Note that this is a match, so it could also be something like '*.js' in case you have more manifests, which would be the case for per controller inclusion.

Views

The same concept as above could be extended to target individual actions/views of each controller, by having the actions be part of the manifest name. Individual javascript files could then be included like so:

<%= javascript_include_tag "#{params[:controller]}.#{params[:action}" %>

This makes an assumption that all actions on all controllers have a dedicated Javascript file. An assumption which most likely won’t be true in most cases. Another option could be an conditional include like so:

<%= yield :action_specific_js if content_for?(:action_specific_js %>

And then move the include tag to the specific views that need it.

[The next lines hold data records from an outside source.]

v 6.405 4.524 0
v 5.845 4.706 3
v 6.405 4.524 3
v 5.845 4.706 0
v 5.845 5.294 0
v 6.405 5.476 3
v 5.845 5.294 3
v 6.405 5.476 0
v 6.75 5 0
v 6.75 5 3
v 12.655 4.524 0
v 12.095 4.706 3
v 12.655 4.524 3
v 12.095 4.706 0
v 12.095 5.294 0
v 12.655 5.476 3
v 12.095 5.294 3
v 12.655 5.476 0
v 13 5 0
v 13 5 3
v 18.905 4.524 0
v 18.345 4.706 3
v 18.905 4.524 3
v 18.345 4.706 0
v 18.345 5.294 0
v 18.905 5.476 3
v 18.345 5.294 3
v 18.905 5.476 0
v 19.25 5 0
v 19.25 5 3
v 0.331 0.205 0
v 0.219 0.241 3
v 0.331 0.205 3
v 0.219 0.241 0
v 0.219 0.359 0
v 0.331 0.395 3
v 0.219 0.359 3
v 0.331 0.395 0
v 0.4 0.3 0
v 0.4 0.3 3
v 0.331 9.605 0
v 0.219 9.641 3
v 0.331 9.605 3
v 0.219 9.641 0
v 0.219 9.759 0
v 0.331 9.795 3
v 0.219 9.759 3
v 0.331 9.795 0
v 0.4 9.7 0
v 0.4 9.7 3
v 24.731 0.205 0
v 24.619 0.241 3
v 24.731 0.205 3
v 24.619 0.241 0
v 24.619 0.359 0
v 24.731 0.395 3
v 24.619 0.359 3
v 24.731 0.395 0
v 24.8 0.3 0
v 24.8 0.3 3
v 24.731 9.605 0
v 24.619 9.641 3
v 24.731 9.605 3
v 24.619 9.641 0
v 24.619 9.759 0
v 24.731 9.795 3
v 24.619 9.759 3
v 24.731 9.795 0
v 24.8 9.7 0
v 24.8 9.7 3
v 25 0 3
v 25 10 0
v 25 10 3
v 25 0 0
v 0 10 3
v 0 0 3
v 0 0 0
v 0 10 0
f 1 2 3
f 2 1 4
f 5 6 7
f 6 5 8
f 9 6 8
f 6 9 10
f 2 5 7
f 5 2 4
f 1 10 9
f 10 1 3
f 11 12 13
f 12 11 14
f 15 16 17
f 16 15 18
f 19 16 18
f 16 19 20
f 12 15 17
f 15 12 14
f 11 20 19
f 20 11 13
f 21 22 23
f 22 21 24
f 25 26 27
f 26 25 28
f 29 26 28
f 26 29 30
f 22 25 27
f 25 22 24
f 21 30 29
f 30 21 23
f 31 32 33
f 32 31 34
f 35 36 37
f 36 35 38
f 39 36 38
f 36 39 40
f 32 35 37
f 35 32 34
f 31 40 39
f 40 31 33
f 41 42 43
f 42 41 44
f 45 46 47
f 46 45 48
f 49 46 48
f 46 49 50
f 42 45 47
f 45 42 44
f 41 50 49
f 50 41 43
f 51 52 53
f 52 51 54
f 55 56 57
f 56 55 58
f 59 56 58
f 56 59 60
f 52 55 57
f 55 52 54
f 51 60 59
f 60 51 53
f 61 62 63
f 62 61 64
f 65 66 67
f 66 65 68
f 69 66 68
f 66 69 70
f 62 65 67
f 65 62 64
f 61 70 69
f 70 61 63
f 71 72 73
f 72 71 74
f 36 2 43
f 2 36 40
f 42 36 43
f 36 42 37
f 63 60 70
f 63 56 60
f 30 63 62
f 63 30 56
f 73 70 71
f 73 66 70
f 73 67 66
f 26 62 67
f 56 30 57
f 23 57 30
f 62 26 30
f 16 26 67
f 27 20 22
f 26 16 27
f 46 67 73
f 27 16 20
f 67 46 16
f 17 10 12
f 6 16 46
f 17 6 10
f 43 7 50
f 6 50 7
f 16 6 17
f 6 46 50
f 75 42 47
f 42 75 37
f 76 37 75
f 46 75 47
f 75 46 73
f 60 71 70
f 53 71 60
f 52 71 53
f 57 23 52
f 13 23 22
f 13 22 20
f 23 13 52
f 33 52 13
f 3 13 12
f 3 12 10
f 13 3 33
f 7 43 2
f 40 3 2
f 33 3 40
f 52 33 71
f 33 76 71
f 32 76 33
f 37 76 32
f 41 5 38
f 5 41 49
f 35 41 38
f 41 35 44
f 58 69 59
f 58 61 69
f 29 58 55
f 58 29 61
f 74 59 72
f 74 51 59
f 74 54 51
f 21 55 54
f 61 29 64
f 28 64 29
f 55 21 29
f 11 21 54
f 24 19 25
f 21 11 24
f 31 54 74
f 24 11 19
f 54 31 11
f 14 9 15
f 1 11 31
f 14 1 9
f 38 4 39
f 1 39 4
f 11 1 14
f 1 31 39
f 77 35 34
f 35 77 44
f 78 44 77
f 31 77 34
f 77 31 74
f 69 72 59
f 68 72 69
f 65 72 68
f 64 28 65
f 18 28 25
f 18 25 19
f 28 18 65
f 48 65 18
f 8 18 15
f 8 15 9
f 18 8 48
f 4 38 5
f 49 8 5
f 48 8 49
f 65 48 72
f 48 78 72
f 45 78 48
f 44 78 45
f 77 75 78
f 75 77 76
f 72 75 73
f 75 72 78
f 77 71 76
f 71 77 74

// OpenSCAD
w=25;           //width of panel
h=10;           //height of panel
t=3;            //thickness of panel
nrswholes=3;    // number of switch holes
mtghole=1;      //set to zero for no mounting holes

function getwidth(n)=n*w/(nrswholes+1);

module panel() {        // main panel
    cube([w,h,t]);
}

module switch(n) {      // switch holes
    translate([getwidth(n),h/2,-.1])
        cylinder(h=2*t,r=.5);
}

module mthole(x,y) {    // mounting holes
    translate([x,y,-.1]) cylinder(h=2*t,r=.1);
}

difference() {
//main panel
    panel();
//switch cut outs
    for (i=[1:nrswholes])
        switch(i);
//mounting holes
    if (mtghole==1) {
        for (i=[.3,w-.3], j=[.3,h-.3]) {
            mthole(i,j);
        }
    }
}
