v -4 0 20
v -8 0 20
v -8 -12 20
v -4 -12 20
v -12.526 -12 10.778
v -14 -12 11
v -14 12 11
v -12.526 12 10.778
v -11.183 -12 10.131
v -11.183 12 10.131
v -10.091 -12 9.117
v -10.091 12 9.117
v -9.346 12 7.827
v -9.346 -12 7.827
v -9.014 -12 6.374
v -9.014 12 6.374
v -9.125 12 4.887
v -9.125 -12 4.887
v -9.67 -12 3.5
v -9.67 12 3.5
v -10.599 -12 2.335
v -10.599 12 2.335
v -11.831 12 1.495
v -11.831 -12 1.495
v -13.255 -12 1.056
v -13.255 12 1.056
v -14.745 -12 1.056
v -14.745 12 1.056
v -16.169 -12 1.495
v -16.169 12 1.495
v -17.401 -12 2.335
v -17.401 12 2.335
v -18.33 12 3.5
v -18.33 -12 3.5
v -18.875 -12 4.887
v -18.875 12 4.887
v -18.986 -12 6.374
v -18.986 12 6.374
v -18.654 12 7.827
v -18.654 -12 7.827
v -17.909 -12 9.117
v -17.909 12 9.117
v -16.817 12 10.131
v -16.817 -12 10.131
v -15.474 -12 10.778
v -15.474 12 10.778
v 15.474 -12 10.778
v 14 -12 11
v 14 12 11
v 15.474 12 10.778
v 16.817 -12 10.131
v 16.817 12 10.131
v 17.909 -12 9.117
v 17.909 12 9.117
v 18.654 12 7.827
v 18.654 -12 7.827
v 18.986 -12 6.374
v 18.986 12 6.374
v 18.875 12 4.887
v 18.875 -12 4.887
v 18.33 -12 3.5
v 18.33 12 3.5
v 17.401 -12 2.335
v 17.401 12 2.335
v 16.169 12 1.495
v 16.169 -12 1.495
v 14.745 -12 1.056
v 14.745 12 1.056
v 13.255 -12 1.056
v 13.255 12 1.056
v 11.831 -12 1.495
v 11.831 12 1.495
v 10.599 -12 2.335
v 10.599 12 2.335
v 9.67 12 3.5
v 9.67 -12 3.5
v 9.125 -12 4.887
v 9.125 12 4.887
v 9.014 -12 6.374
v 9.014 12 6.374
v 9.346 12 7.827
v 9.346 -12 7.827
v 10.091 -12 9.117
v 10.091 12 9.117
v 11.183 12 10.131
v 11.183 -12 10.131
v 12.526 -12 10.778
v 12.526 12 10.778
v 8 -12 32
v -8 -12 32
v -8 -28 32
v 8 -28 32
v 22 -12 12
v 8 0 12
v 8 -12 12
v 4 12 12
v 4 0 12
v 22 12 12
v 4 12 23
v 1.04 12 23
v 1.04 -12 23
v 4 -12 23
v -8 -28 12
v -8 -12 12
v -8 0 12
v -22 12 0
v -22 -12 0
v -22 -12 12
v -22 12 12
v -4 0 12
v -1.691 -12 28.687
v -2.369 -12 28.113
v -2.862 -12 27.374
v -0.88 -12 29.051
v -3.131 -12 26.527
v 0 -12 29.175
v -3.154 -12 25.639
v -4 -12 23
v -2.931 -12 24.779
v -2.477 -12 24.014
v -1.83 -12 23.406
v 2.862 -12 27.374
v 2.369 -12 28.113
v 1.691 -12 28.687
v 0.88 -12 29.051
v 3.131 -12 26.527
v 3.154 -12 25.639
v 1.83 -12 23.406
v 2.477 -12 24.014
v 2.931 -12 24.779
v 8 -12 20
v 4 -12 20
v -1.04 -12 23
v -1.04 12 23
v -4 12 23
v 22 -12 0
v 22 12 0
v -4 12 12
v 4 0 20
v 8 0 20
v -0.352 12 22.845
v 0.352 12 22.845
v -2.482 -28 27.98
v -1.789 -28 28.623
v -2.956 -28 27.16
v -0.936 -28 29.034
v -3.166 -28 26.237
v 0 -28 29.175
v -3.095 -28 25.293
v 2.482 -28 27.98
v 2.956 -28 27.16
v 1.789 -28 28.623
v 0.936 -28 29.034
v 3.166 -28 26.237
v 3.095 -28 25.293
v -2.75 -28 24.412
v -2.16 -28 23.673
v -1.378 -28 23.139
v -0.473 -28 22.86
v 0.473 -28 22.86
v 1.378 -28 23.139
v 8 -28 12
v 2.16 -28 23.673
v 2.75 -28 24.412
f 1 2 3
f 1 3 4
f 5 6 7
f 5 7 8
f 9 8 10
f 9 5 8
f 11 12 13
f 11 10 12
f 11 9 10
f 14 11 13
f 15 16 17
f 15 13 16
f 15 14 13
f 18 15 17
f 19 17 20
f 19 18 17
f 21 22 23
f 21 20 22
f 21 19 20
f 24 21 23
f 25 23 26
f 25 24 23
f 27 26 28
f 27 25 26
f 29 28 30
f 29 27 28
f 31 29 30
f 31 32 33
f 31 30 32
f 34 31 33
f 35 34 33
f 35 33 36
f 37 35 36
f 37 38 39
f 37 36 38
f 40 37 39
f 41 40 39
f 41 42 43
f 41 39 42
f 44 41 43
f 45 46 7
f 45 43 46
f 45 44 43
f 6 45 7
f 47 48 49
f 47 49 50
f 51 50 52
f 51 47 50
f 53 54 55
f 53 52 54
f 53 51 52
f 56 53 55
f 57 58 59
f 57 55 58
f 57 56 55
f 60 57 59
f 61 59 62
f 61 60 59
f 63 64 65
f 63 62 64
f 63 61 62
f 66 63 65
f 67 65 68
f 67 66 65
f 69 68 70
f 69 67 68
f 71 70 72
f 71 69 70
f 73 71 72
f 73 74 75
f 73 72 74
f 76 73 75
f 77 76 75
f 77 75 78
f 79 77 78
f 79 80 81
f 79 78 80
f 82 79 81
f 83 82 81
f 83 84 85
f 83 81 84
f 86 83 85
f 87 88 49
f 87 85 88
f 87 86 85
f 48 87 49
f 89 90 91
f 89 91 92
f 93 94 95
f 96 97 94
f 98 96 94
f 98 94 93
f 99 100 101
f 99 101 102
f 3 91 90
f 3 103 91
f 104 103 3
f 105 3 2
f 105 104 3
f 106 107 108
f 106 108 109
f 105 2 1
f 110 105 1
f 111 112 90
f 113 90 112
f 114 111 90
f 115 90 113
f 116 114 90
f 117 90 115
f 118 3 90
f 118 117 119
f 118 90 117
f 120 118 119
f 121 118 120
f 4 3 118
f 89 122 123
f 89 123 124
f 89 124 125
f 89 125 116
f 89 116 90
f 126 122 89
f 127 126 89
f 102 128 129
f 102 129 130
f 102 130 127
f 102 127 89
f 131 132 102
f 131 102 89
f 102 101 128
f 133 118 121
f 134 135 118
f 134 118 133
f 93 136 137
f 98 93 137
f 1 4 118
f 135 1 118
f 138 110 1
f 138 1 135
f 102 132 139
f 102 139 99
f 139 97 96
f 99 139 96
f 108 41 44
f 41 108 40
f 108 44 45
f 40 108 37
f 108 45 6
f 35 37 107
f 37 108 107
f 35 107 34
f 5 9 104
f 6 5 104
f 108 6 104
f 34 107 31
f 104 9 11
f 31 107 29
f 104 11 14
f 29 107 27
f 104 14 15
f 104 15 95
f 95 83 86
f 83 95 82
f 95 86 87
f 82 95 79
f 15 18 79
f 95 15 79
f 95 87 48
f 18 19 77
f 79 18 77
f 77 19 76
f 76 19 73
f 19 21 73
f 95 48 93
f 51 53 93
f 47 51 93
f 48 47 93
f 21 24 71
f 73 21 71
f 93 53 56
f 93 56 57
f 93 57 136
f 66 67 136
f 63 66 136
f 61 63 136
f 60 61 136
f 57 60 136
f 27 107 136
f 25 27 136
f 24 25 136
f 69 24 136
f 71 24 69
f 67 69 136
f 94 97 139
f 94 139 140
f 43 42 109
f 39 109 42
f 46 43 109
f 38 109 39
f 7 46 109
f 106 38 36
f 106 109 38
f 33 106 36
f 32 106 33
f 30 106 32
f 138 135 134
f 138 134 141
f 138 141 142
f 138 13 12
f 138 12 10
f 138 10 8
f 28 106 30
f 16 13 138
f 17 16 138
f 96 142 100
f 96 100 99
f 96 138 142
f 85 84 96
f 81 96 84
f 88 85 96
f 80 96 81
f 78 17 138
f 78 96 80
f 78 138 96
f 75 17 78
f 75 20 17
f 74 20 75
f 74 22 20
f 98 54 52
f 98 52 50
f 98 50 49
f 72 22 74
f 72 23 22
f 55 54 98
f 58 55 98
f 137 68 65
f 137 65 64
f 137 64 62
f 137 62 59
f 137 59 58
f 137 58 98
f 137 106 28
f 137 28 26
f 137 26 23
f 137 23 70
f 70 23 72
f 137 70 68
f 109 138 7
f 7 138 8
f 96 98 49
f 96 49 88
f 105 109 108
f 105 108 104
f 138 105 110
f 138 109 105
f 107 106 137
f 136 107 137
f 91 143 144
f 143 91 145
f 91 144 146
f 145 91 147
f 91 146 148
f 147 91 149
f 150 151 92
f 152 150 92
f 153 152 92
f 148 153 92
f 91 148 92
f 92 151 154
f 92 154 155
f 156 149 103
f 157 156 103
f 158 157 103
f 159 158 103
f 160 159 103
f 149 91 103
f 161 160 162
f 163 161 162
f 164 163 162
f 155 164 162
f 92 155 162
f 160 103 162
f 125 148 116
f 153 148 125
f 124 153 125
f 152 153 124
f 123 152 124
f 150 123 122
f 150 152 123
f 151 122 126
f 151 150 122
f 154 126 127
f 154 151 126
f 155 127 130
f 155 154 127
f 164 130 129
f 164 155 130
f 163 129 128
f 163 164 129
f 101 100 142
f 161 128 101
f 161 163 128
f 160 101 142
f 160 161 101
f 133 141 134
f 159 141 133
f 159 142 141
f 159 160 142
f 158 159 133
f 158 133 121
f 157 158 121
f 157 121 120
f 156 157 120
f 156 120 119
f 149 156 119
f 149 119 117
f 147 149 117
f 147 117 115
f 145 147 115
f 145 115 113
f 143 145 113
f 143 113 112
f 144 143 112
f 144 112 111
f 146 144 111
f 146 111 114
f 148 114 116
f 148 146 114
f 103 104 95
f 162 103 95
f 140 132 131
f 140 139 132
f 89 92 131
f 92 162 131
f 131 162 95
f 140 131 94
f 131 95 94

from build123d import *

# Parameters (mm, degrees)
SKETCH1_W                                   = 44
SKETCH1_H                                   = 24
CROSSHEAD_BASE_DEPTH                        = 12
SHOE_UPRISER_START                          = 12
SKETCH2_W                                   = 8
SKETCH2_H                                   = 24
SHOE_UPRISER_DEPTH                          = 11
ADAPTER_BRIDGE_START                        = 12
SKETCH3_W                                   = 16
SKETCH3_H                                   = 28
ADAPTER_BRIDGE_DEPTH                        = 8
THREADED_ROD_ADAPTER_START                  = 20
SKETCH4_W                                   = 16
SKETCH4_H                                   = 16
THREADED_ROD_ADAPTER_DEPTH                  = 12
TWO_BRONZE_BUSH_HOUSINGS_DEPTH              = 48.874836814
TWO_BRONZE_BUSH_HOUSINGS_DEPTH_BACK         = 48.874836814
SKETCH5_R                                   = 5
QUARTER20_ADAPTER_MAJOR_ENVELOPE_DEPTH      = 48.874836814
QUARTER20_ADAPTER_MAJOR_ENVELOPE_DEPTH_BACK = 48.874836814
SKETCH6_R                                   = 3.175


with BuildPart() as part:
    # Sketch1 → Crosshead_Base (new body)
    with BuildSketch(Plane.XY):
        Rectangle(SKETCH1_W, SKETCH1_H)
    extrude(amount=CROSSHEAD_BASE_DEPTH)

    # Sketch2 → Shoe_Upriser (add)
    with BuildSketch(Plane.XY.offset(SHOE_UPRISER_START)):
        Rectangle(SKETCH2_W, SKETCH2_H)
    extrude(amount=SHOE_UPRISER_DEPTH)

    # Sketch3 → Adapter_Bridge (add)
    with BuildSketch(Plane.XY.offset(ADAPTER_BRIDGE_START)):
        with Locations((0, -14)):
            Rectangle(SKETCH3_W, SKETCH3_H)
    extrude(amount=ADAPTER_BRIDGE_DEPTH)

    # Sketch4 → Threaded_Rod_Adapter (add)
    with BuildSketch(Plane.XY.offset(THREADED_ROD_ADAPTER_START)):
        with Locations((0, -20)):
            Rectangle(SKETCH4_W, SKETCH4_H)
    extrude(amount=THREADED_ROD_ADAPTER_DEPTH)

    # Sketch5 → Two_Bronze_Bush_Housings (cut, two sides: drawn at the far end of the back side and taken through both)
    with BuildSketch(Plane(origin=(0, 0, 0), x_dir=(1, 0, 0), z_dir=(0, 1, 0)).offset(-TWO_BRONZE_BUSH_HOUSINGS_DEPTH_BACK)):
        with Locations(Location((-14, -6, 0), (0, 0, 270))):
            Circle(SKETCH5_R)
        with Locations(Location((14, -6, 0), (0, 0, 270))):
            Circle(SKETCH5_R)
    extrude(amount=TWO_BRONZE_BUSH_HOUSINGS_DEPTH + TWO_BRONZE_BUSH_HOUSINGS_DEPTH_BACK, mode=Mode.SUBTRACT)

    # Sketch6 → Quarter20_Adapter_Major_Envelope (cut, two sides: drawn at the far end of the back side and taken through both)
    with BuildSketch(Plane(origin=(0, 0, 0), x_dir=(1, 0, 0), z_dir=(0, 1, 0)).offset(-QUARTER20_ADAPTER_MAJOR_ENVELOPE_DEPTH_BACK)):
        with Locations(Location((0, -26, 0), (0, 0, 270))):
            Circle(SKETCH6_R)
    extrude(amount=QUARTER20_ADAPTER_MAJOR_ENVELOPE_DEPTH + QUARTER20_ADAPTER_MAJOR_ENVELOPE_DEPTH_BACK, mode=Mode.SUBTRACT)


solid = part.part
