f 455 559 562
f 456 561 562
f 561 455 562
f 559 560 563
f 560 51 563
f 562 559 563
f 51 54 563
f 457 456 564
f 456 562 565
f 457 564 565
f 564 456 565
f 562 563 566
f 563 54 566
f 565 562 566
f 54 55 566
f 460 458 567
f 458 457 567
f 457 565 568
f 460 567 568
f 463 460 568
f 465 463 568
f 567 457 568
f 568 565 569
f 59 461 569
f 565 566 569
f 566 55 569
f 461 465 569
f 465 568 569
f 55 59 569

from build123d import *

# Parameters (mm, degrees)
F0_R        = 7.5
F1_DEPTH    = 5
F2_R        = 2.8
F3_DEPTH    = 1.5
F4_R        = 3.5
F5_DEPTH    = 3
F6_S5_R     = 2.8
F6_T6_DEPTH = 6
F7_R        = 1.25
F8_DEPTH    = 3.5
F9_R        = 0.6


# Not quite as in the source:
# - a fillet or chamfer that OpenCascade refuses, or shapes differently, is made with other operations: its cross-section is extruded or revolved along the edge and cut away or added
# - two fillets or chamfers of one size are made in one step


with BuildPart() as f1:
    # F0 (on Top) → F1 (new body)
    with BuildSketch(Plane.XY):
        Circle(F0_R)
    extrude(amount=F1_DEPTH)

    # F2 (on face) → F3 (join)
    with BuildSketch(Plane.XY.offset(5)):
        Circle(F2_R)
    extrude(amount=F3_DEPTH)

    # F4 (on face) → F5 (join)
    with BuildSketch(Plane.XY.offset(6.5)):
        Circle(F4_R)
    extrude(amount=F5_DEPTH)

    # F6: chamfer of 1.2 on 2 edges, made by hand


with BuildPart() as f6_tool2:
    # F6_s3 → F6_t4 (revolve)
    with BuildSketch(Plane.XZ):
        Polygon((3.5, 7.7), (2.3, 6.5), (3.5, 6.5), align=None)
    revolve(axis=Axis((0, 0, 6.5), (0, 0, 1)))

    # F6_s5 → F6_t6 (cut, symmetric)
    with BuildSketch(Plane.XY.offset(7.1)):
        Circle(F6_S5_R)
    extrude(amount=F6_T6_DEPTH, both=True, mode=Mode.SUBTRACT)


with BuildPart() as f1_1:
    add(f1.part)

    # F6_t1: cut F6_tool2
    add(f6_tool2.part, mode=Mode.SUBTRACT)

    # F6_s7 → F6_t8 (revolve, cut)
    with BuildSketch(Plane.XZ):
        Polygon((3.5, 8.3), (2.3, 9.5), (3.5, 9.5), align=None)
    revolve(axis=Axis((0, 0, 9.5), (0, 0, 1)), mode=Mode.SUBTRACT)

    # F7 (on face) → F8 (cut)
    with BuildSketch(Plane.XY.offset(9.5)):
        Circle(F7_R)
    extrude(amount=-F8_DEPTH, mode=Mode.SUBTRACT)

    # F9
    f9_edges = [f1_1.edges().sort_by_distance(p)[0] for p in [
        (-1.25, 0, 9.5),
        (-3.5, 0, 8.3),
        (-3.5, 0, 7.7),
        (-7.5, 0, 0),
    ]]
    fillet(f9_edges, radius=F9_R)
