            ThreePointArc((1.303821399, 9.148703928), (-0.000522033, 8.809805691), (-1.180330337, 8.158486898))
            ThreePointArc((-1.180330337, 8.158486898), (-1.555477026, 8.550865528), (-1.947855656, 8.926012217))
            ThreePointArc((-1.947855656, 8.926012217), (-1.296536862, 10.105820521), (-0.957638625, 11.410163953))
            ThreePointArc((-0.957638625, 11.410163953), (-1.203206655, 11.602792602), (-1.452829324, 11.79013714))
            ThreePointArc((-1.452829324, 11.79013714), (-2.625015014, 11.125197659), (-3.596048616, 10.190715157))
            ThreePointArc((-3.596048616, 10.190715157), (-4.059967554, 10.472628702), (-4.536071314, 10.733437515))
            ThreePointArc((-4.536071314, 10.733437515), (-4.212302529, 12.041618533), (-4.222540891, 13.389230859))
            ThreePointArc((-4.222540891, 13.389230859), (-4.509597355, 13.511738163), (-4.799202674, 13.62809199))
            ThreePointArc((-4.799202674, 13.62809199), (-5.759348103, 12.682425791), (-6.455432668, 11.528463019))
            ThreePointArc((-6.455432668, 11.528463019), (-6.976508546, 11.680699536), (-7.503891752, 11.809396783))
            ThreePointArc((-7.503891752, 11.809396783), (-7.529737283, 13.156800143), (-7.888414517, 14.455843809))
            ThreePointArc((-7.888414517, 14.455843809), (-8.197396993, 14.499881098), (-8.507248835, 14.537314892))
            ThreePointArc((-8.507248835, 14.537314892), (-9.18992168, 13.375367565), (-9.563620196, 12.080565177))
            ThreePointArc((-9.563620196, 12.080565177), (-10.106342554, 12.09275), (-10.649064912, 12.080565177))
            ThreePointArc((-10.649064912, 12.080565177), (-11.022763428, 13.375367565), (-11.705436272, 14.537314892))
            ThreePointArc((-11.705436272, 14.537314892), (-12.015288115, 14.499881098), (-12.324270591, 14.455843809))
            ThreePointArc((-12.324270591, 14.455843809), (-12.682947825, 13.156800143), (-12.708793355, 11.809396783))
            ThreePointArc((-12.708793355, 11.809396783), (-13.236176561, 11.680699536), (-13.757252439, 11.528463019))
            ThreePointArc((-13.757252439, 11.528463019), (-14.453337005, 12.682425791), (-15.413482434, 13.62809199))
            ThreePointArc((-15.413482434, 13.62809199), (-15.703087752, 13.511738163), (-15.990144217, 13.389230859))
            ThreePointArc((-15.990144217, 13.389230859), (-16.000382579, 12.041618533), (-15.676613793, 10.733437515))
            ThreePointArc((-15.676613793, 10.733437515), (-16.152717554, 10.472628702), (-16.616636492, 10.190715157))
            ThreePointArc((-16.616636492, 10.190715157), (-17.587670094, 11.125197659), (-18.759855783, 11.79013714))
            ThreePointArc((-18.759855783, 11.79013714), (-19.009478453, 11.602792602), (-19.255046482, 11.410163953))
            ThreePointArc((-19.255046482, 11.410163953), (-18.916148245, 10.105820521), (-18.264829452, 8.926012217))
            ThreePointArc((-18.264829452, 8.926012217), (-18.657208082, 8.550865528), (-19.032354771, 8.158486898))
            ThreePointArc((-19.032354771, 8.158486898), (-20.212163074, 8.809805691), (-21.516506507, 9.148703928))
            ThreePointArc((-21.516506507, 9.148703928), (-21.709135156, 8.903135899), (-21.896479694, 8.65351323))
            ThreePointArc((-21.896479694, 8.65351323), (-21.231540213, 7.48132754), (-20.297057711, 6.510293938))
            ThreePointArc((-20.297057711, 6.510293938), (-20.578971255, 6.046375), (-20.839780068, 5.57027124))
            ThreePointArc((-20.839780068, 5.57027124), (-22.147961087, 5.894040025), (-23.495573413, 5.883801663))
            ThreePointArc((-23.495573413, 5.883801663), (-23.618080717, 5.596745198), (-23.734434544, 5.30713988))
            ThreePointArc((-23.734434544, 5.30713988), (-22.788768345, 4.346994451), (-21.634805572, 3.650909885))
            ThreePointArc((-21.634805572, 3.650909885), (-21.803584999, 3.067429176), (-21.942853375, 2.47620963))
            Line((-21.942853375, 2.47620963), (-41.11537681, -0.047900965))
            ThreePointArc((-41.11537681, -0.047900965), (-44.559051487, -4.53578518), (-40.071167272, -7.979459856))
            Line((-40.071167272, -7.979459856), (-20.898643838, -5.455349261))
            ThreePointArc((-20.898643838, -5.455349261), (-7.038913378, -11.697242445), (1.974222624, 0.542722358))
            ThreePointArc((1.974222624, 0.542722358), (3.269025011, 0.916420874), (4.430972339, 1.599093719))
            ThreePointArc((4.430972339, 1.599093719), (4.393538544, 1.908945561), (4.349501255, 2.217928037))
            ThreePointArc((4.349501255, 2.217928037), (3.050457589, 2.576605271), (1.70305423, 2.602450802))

Testing for existence of a page element or class

The DOM loaded event handler could look something like this:

jQuery ->
  if $('#some_element').length > 0
    // Do some stuff here

This could also be a class on body eg.:

jQuery ->
  if $('body.controller_name_action_name').length > 0
    // Do some stuff here

And then then the erb would be like this:

<!DOCTYPE html>
<html>
<head>
  <title>AppName</title>
  <%= stylesheet_link_tag    "application" %>
  <%= javascript_include_tag "application" %>
  <%= csrf_meta_tags %>
</head>
<body class="<%= "#{params[:controller]}_#{params[:action]}" %>">
 
<%= yield %>
 
</body>
</html>

Function encapsulation and on-page triggering

Instead of registering the handlers for DOM loaded, wrap the necessary code in a function that can be called later and then trigger that function directly in the respective view.

There is one thing we need to consider though. All Coffeescript sources for each controller get wrapped in it’s own closed scope, i.e this Coffeescript in apples.js.coffee:

apples_index = ->
  console.log("Hello! Yes, this is Apples.")

Becomes:

((
  function(){
    var a;
    a=function(){
        return console.log("Hello! Yes, this is Apples.")
    }
  }
)).call(this);

So in order for us to have a globally callable function, we must first expose it somehow. We can do this by attaching the function to the window object. Changing the above code like so:

window.exports ||= {}
window.exports.apples_index = ->
  console.log("Hello! Yes, this is Apples.")

If we insert this line in application.html.erb layout just before the closing body tag:

<!DOCTYPE html>                                                                           
<html>                                                                                    
<head>                                                                                    
  <title>AppName</title>                                                                   
  <%= stylesheet_link_tag    "application" %>                                             
  <%= javascript_include_tag "application" %>                                             
  <%= csrf_meta_tags %>                                                                   
</head>                                                                                   
<body>                                                                                    
 
<%= yield %>                                                                              
 
<%= yield :action_specific_js if content_for?(:action_specific_js) %>                     
</body>                                                                                   
</html>

We can now call the exposed function directly from our view like so:

<% content_for :action_specific_js do %>
<script type="text/javascript" language="javascript">
  $(function() { window.exports.apples_index(); });
</script>
<% end %>

Wrap up

Neither of these three examples is a “one-fit-all” solution I would say. Dividing up the Javascript source will start to make sense as soon as the Javascript codebase grows past a certain size. It might be interesting to test out, just how big that size is on a certain bandwidth, but I think that’s out of the scope for this post.

Given the fact that there isn’t really a defined best practice yet, perhaps the ruby community will come up with something better than the examples I presented here. In my opinion I think this is definitely something that could be better thought out.